Similar to the spent casings, nitroglycerin was undetected from the 5.56 NATO barrel and detected from the 9 mm, 45-cal, and 12-gauge barrels, with also generally low signal from the 45-cal samples. More inter-day scatter was observed from the 12-gauge barrel, and signatures plateaued at an elevated level over time. The underlying causes remain to be investigated, but it may be contributed by a redistribution of residues during handling each day. The large size of the barrel could also cause more variations in the analysis location, as the barrel was held by hand in front of the instrument inlet during measurements.

Nitroglycerin cleared more slowly from the barrels than from the casings. A decay constant of −0.43/day was calculated for all barrels that presented detectable signatures (9 mm, 45-cal, and 12-gauge; Figure S4C). Because of data scatter and an unexpected elevated plateau, analysis was repeated after removing the 12-gauge data (decay constant of −0.54/day; Figure S4D). Between spent casings and barrels, the rate of clearance slowed from casing primers (decay constant of −2.23/day) to whole casings (−0.7/day) to barrels (−0.43/day and −0.54/day). This trend is consistent with the sample form factor and the extent of environmental exposure. The casing primer is the most exposed to the environment, so vapor clearance should occur the most rapidly. Gun barrels start off with more accumulated residue from multiple discharges, and barrel lengths are longer than casings which reduce environmental exposure, so the signature should decay slowly.

Diphenylamine Signatures from Spent Casings

Low diphenylamine concentrations were detected from the 9 mm, 45-cal, and 5.56 NATO casings. Of these three sample sets, the strongest signal was observed from the 45-cal casings, which had 9 ppt of vapor on the day of discharge (analyzed within several hours). The signal was low even when using the uncalibrated but sensitive m/z 170/93 mass transition. The signal fell below the limit of quantitation after 1 day (i.e., signal-to-noise ratio less than 10).

Around 200 ppt of diphenylamine was observed from 12-gauge casings on the day of discharge (Figure 5A), and concentrations changed little during the measurement period. When considered in combination with the nitroglycerin measurements, near equal concentrations of nitroglycerin and diphenylamine were observed by the end of the measurement period (Figure 5B), a trend that was driven primarily by decreasing nitroglycerin concentrations.

Figure 5.

Figure 5

Vapor concentration of diphenylamine from 12-gauge spent casings. (A) Diphenylamine concentrations. Each data point represents averaged results from five discharged casings and all quantified mass transitions. The error bars represent one standard deviation. (B) Diphenylamine and nitroglycerin ratios. Each data point represents averaged results from five discharged casings, and error bars represent the standard deviation.

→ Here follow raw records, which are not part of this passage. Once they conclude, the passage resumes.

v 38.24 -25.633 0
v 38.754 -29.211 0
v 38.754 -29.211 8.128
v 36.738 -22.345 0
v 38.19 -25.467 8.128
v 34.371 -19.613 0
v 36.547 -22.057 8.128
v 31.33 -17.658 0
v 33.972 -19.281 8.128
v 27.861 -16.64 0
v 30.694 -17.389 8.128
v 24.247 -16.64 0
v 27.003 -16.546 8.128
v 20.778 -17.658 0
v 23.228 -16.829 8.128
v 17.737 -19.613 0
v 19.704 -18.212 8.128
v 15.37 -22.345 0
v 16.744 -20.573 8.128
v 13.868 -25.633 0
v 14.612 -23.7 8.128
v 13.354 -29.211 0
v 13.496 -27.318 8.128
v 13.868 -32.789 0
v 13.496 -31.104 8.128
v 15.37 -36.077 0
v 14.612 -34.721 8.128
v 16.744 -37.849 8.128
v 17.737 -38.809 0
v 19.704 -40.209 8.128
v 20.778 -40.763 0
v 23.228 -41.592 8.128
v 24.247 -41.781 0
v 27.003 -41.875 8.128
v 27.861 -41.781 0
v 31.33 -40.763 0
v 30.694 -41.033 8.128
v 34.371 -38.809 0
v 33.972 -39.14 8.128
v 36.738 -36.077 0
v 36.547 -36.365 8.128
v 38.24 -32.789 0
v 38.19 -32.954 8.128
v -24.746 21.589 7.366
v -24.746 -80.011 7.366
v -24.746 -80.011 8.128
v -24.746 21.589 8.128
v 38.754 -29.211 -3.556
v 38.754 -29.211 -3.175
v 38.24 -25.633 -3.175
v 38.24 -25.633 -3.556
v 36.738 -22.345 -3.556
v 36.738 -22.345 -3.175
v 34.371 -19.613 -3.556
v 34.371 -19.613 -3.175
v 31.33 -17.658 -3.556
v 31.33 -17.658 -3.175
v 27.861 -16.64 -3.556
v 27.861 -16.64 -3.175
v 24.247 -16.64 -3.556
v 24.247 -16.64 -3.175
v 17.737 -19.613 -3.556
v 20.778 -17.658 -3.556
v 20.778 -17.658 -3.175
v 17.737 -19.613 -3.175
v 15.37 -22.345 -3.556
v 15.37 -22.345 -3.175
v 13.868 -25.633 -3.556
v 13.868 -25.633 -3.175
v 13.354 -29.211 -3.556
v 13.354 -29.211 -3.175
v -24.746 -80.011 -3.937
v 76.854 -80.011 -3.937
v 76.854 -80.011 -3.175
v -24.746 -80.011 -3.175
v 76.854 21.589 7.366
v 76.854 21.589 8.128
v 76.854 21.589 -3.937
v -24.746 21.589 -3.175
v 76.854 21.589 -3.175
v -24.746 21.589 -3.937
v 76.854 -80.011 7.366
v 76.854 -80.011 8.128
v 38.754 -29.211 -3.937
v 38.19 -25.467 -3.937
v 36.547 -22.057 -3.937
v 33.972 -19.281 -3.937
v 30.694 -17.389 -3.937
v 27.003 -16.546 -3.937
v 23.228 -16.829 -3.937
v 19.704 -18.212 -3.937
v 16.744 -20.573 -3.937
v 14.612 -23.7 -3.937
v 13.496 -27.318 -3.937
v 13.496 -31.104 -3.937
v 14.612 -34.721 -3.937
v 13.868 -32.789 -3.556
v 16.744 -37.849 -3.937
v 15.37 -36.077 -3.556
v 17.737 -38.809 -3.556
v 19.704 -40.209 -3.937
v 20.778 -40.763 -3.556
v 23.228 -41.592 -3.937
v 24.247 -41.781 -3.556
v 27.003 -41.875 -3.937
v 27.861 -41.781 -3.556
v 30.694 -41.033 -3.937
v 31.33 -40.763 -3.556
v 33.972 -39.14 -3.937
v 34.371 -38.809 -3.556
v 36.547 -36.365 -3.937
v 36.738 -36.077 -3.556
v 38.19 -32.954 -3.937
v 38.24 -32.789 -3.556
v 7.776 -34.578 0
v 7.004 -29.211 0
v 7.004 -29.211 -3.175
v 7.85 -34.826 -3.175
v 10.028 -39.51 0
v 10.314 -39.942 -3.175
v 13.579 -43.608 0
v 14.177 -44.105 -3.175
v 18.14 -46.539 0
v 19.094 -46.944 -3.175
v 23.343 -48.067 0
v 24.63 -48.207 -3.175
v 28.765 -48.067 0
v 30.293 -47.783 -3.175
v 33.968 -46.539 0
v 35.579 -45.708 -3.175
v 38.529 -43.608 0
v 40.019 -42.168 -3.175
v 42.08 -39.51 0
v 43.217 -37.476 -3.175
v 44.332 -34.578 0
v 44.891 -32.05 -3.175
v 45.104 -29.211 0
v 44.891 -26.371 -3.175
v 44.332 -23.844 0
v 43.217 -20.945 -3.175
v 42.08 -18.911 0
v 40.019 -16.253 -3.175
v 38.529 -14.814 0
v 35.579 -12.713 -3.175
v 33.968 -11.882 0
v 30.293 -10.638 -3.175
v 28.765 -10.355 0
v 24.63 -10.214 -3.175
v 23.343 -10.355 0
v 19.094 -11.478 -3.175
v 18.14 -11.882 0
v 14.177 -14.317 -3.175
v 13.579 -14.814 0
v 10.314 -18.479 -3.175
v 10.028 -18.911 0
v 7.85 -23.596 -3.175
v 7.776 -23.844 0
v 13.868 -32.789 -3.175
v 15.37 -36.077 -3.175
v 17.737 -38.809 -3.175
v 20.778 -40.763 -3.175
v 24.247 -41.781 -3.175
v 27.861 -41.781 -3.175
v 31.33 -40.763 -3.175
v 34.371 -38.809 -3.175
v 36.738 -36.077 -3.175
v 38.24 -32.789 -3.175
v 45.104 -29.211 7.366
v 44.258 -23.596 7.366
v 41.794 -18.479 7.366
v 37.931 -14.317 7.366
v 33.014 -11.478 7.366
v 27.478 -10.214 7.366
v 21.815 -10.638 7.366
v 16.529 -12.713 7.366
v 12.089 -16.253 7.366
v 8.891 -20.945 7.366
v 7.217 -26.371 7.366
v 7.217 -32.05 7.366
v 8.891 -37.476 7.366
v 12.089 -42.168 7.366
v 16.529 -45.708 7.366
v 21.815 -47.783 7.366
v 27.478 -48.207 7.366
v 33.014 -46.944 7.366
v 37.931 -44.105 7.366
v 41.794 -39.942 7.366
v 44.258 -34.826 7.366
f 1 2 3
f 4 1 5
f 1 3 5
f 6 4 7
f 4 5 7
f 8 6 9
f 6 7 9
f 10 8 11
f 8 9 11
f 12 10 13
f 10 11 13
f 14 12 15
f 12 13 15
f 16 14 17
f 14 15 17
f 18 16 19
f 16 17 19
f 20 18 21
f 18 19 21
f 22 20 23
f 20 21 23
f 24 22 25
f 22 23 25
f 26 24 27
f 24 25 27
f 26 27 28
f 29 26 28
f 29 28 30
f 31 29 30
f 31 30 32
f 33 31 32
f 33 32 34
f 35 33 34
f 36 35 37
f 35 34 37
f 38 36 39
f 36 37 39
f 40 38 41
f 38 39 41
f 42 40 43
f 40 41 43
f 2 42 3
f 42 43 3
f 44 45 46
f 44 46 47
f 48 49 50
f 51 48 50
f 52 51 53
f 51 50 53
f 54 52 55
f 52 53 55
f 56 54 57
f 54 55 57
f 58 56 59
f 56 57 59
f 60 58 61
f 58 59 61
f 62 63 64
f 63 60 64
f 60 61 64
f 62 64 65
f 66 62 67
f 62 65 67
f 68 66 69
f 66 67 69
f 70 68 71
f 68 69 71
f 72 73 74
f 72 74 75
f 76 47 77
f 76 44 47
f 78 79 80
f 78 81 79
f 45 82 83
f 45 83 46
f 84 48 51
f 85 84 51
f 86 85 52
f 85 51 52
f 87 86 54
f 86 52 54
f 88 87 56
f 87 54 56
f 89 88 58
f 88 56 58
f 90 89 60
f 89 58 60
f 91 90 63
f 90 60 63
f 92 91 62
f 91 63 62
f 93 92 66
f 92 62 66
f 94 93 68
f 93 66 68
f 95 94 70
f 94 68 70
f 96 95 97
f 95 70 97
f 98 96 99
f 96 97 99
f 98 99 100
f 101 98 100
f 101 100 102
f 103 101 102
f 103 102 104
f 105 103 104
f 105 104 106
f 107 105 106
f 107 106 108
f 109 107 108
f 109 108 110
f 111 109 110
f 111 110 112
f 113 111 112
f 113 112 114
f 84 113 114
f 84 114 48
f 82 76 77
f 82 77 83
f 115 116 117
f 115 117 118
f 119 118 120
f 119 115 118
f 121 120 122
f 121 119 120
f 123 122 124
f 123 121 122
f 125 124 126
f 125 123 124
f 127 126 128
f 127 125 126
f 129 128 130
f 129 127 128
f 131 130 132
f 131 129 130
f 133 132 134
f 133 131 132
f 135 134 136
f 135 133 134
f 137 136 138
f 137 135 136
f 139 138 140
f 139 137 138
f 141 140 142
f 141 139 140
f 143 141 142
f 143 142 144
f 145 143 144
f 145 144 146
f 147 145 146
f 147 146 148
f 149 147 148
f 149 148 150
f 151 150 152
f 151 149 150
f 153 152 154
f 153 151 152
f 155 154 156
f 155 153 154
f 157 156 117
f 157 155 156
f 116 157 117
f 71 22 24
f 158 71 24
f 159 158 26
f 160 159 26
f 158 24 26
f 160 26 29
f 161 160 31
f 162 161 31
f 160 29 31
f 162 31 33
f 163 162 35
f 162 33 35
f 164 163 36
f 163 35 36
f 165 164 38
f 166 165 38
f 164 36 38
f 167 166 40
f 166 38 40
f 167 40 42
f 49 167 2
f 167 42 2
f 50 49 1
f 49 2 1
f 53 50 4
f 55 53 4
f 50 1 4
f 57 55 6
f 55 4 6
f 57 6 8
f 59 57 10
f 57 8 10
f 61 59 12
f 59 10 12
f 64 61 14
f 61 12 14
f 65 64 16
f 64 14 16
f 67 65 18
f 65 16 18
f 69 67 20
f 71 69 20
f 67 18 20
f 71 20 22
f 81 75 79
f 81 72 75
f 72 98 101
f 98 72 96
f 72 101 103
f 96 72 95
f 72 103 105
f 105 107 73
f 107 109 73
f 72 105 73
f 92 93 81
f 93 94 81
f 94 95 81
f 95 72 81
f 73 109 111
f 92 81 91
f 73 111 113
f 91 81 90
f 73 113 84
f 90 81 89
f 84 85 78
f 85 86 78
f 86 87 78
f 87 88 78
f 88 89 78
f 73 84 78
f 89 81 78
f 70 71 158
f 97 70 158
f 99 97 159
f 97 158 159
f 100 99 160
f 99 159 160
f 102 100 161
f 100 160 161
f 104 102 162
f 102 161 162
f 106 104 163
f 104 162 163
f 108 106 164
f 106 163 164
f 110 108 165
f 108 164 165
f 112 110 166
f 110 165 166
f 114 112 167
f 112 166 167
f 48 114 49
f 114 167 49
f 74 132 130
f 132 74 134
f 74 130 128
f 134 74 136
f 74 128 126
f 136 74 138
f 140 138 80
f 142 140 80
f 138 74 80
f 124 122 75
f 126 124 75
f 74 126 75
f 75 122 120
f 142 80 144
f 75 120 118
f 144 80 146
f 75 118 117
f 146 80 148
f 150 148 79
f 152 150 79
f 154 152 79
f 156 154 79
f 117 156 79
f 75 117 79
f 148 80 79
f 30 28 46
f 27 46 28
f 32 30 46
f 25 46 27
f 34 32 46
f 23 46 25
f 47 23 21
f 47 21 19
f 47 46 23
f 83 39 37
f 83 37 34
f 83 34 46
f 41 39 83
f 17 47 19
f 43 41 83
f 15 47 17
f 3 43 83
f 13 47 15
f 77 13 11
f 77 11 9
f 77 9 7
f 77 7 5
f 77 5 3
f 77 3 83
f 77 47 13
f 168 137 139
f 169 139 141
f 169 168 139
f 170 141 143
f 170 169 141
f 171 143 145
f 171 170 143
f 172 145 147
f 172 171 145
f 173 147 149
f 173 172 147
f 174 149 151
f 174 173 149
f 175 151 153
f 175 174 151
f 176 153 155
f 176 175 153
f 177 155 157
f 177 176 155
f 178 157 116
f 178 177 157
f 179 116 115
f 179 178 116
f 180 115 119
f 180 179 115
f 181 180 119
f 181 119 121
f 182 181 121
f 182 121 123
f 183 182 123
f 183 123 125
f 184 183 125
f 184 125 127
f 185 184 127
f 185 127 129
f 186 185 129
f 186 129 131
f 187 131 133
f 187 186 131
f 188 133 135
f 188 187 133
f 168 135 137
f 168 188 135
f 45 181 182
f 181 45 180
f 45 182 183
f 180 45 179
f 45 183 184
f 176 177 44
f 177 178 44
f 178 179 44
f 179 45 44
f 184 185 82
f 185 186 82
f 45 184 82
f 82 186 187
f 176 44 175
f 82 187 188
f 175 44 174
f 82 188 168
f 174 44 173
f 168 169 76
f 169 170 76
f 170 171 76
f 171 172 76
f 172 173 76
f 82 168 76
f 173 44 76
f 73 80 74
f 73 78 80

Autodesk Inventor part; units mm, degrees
ref_plane "YZ Plane" through (0, 0, 0) normal (1, 0, 0) x (0, 1, 0)
ref_plane "XZ Plane" through (0, 0, 0) normal (0, 1, 0) x (-1, 0, 0)
ref_plane "XY Plane" through (0, 0, 0) normal (0, 0, 1) x (1, 0, 0)
sketch "Sketch1" plane through (0, 0, 0) normal (0, 0, 1) x (1, 0, 0)
  line L0 (-24.746, 21.5893) -> (76.854, 21.5893)
  line L1 (76.854, 21.5893) -> (76.854, -80.0107)
  line L2 (76.854, -80.0107) -> (-24.746, -80.0107)
  line L3 (-24.746, -80.0107) -> (-24.746, 21.5893)
  line L4 (-24.746, 21.5893) -> (76.854, -80.0107)
  line L5 (76.854, 21.5893) -> (-24.746, -80.0107)
  circle A0 centre (26.054, -29.2107) radius 12.7
  point P0 (0, 0)
  dimension "d0" = 101.6
  dimension "d1" = 101.6
  dimension "d2" = 25.4
extrude "Extrusion1" add sketch "Sketch1" along normal blind 8.128 and the other way blind 3.937
sketch "Sketch2" plane through (0, 0, 8.128) normal (0, 0, 1) x (1, 0, 0)
  line L0 (-24.746, 21.5893) -> (76.854, -80.0107)
  line L1 (76.854, 21.5893) -> (-24.746, -80.0107)
  circle A0 centre (26.054, -29.2107) radius 12.7
  point P0 (0, 0)
  dimension "d7" = 25.4
extrude "Extrusion2" cut sketch "Sketch2" against normal blind 8.128
sketch "Sketch3" plane through (-24.746, 21.5893, 8.128) normal (0, 1, 0) x (1, 0, 0)
  line L0 (101.6, 12.065) -> (101.6, 0) projected
  line L1 (101.6, 12.065) -> (0, 12.065) projected
  line L2 (0, 0) -> (0, 12.065) projected
  line L3 (0, 12.065) -> (101.6, 12.065)
  line L4 (101.6, 12.065) -> (101.6, 11.303)
  line L5 (101.6, 11.303) -> (0, 11.303)
  line L6 (0, 11.303) -> (0, 12.065)
  line L7 (101.6, 0) -> (0, 0)
  line L8 (0, 0) -> (0, 0.762)
  line L9 (0, 0.762) -> (101.6, 0.762)
  line L10 (101.6, 0.762) -> (101.6, 0)
  line L11 (0, 0.762) -> (0, 11.303)
  line L12 (101.6, 12.065) -> (101.6, 0.762)
  point P0 (24.746, 8.128)
  dimension "d10" = 0.762
  dimension "d11" = 0.762
extrude "Extrusion3" cut sketch "Sketch3" against normal blind 101.6 contours L0 L9 L2 L5
sketch "Sketch4" plane through (0, 0, 8.128) normal (0, 0, 1) x (1, 0, 0)
  circle A0 centre (26.054, -29.2107) radius 12.7 projected
  circle A1 centre (26.054, -29.2107) radius 19.05
  point P0 (0, 0)
  dimension "d14" = 38.1
extrude "Extrusion4" add sketch "Sketch4" against normal blind 8.128
sketch "Sketch5" plane through (0, 0, 8.128) normal (0, 0, 1) x (1, 0, 0)
  circle A0 centre (26.054, -29.2107) radius 12.7 projected
  point P0 (0, 0)
extrude "Extrusion5" cut sketch "Sketch5" against normal blind 25.4
sketch "Sketch6" plane through (26.054, -29.2107, 0) normal (0, 0, -1) x (-1, 0, 0)
  circle A0 centre (0, 0) radius 12.7 projected
  circle A1 centre (0, 0) radius 19.05 projected
  point P0 (26.054, 29.2107)
extrude "Extrusion6" add sketch "Sketch6" along normal blind 3.556
properties part number "lazysusanbasic"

Diphenylamine Signatures from Gun Barrels

Like the spent casings, low diphenylamine concentrations were detected from gun barrels. Figure 6A shows concentrations for three ammunitions for up to 2 days after discharge. Concentrations fell below quantitation limits after this period and were no longer quantitatively tracked. For the 12-gauge barrel, however, it was still possible to qualitatively track concentrations using the uncalibrated m/z 170/93 transition based on signal-to-noise ratios (SNRs; Figure 6B). SNR remained above 10 for the entire measurement duration except days 10 and 15, indicting there were still detectable diphenylamine signatures.

Figure 6.

Figure 6

Residual diphenylamine vapor signatures from gun barrels. (A) Signatures from 5.56 NATO, 45-cal, and 12-gauge barrels. (B) Qualitative signals from 12-gauge barrels (SNR for m/z 170/93).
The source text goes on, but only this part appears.